- _Task to complete_
Output each line of the data word for word, from the first through the line that holds "v13 (1.25,-35.5,57)", and leave off whatever follows.

Saved entries:
○ ○ ○ ○
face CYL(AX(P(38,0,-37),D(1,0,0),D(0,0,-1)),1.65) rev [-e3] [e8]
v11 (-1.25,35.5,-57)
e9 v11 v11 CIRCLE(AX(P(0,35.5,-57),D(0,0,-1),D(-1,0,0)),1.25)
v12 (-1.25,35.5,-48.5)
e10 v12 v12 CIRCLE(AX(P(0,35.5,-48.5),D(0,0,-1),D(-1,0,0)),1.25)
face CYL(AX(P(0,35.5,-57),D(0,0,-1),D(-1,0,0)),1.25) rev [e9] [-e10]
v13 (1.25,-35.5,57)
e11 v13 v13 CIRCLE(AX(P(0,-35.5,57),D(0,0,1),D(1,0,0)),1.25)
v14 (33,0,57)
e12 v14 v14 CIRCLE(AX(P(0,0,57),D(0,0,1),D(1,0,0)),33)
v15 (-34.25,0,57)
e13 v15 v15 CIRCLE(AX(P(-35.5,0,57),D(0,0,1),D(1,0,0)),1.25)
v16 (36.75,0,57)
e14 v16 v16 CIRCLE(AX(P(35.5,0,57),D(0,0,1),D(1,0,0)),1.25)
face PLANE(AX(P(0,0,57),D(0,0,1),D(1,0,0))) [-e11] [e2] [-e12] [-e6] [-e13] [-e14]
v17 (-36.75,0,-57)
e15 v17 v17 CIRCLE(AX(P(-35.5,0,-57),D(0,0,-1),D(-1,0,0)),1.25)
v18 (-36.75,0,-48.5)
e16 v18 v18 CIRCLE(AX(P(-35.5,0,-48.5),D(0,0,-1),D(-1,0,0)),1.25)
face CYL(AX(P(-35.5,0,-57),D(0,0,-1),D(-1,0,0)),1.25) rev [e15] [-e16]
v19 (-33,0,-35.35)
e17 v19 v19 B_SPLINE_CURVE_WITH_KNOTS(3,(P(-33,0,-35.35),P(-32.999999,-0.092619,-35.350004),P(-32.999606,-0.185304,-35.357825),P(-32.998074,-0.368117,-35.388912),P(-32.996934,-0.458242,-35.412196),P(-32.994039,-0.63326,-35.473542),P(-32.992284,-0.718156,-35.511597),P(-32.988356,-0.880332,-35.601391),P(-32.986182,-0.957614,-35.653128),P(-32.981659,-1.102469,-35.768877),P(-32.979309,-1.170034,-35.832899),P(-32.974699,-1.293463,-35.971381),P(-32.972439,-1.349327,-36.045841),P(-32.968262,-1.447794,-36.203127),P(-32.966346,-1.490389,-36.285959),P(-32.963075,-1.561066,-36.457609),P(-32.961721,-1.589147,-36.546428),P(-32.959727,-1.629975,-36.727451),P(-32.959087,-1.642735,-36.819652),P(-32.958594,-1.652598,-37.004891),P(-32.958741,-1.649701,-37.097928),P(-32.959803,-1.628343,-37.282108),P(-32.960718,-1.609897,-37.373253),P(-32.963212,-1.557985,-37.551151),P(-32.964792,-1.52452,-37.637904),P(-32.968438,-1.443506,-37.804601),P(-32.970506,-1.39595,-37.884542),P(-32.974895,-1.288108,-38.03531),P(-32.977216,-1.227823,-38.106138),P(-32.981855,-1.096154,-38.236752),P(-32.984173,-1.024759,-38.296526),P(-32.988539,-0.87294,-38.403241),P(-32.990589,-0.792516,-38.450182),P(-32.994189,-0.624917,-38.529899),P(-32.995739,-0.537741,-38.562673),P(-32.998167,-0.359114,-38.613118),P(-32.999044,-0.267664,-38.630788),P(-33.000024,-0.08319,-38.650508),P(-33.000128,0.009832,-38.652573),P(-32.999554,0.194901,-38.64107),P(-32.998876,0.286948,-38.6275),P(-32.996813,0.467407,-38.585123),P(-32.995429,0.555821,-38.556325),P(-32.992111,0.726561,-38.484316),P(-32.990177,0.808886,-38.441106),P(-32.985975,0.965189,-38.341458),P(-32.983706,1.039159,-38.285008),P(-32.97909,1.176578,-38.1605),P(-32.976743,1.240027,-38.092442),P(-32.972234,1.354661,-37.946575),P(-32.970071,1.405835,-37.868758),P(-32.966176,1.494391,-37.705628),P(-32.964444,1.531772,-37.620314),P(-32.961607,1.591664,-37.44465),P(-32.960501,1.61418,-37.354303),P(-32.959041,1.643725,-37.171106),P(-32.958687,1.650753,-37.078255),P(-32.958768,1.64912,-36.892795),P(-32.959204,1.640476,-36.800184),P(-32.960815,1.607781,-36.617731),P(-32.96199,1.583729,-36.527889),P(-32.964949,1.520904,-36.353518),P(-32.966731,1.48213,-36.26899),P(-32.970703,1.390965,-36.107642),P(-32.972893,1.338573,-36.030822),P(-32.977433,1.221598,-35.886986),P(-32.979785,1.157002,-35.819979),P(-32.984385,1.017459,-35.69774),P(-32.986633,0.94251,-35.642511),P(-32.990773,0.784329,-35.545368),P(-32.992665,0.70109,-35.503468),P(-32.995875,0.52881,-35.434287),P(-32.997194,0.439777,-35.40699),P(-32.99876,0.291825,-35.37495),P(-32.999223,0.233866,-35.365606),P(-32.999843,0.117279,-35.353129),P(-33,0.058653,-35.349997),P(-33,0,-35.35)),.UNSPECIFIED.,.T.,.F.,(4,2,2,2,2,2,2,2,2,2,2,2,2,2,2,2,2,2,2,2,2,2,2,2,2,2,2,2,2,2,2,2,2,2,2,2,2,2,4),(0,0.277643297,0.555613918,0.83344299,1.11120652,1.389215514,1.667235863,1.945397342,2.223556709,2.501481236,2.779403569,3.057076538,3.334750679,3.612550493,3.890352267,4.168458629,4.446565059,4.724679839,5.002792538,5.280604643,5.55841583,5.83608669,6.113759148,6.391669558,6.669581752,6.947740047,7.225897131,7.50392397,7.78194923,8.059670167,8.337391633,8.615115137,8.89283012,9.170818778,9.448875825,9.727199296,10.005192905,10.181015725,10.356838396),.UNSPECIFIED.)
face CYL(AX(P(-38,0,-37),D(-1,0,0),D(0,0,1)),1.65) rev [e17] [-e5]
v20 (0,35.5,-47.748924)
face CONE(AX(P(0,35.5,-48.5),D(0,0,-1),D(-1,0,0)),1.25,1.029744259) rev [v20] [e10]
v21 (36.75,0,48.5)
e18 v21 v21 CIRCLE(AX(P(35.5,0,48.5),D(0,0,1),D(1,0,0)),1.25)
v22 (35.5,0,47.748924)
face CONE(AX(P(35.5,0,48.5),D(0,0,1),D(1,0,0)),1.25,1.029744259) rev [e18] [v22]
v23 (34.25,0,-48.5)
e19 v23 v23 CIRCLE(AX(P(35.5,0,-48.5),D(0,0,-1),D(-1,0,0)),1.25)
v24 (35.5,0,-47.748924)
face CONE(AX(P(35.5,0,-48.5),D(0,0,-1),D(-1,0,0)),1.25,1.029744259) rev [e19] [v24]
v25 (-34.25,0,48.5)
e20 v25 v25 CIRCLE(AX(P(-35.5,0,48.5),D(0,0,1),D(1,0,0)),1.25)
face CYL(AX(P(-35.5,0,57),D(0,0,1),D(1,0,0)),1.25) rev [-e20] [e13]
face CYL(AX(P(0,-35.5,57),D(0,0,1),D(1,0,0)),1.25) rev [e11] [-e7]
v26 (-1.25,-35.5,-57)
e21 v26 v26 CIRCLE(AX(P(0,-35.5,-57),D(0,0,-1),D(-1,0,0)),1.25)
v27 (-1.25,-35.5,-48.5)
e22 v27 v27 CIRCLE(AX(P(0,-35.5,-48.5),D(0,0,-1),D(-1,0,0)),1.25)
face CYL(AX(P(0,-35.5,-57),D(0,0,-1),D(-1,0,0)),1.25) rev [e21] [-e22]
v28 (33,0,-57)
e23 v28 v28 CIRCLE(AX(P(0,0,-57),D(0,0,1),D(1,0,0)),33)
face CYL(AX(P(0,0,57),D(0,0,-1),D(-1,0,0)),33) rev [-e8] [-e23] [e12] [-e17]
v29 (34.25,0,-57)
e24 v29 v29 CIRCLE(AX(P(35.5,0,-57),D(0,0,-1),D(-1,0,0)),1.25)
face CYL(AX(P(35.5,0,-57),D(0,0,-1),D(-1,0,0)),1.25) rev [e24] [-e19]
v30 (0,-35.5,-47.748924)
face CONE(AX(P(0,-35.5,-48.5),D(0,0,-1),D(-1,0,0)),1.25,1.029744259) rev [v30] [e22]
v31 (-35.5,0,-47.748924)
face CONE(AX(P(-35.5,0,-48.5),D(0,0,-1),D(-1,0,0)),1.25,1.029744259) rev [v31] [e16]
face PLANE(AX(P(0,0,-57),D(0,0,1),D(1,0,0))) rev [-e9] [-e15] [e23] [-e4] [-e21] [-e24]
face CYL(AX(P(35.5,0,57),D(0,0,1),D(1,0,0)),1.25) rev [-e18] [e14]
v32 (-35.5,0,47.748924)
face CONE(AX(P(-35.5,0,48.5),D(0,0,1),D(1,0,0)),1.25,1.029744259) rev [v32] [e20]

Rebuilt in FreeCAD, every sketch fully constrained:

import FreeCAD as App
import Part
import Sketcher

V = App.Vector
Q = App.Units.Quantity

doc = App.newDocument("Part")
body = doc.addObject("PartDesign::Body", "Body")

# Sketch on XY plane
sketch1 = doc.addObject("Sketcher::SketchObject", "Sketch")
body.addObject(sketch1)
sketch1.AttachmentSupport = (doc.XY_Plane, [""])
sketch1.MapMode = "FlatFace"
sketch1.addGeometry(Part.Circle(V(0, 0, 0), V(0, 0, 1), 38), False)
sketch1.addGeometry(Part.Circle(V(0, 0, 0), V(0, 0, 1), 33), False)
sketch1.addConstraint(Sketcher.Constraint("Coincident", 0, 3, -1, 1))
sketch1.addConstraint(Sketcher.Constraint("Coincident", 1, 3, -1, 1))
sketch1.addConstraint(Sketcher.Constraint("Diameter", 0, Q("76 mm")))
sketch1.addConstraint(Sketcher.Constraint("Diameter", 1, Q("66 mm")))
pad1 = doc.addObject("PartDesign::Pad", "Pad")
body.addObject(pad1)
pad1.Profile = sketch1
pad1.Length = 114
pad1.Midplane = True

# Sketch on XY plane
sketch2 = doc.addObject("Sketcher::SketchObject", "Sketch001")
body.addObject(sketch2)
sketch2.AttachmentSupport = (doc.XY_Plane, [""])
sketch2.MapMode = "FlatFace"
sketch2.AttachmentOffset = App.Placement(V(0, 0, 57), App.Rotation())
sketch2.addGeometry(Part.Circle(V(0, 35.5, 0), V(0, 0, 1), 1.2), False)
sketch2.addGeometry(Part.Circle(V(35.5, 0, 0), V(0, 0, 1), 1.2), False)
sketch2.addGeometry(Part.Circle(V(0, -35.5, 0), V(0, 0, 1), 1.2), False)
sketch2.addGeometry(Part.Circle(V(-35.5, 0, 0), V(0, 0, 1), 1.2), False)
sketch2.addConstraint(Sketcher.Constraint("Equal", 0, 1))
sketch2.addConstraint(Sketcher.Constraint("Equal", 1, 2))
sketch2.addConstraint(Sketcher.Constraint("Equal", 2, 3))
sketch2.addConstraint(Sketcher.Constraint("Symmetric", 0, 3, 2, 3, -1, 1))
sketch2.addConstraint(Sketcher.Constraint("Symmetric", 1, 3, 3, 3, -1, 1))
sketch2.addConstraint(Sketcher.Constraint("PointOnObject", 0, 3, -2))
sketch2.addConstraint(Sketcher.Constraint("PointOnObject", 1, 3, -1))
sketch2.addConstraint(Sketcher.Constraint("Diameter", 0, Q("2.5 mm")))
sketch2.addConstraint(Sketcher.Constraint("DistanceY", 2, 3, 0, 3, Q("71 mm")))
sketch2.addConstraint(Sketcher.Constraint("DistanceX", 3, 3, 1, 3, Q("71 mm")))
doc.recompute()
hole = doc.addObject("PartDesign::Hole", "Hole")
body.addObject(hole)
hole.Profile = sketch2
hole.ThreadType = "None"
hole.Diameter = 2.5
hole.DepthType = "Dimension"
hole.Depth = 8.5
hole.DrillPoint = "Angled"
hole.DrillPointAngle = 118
○ ○ ○ ○
- _Response_
face CYL(AX(P(38,0,-37),D(1,0,0),D(0,0,-1)),1.65) rev [-e3] [e8]
v11 (-1.25,35.5,-57)
e9 v11 v11 CIRCLE(AX(P(0,35.5,-57),D(0,0,-1),D(-1,0,0)),1.25)
v12 (-1.25,35.5,-48.5)
e10 v12 v12 CIRCLE(AX(P(0,35.5,-48.5),D(0,0,-1),D(-1,0,0)),1.25)
face CYL(AX(P(0,35.5,-57),D(0,0,-1),D(-1,0,0)),1.25) rev [e9] [-e10]
v13 (1.25,-35.5,57)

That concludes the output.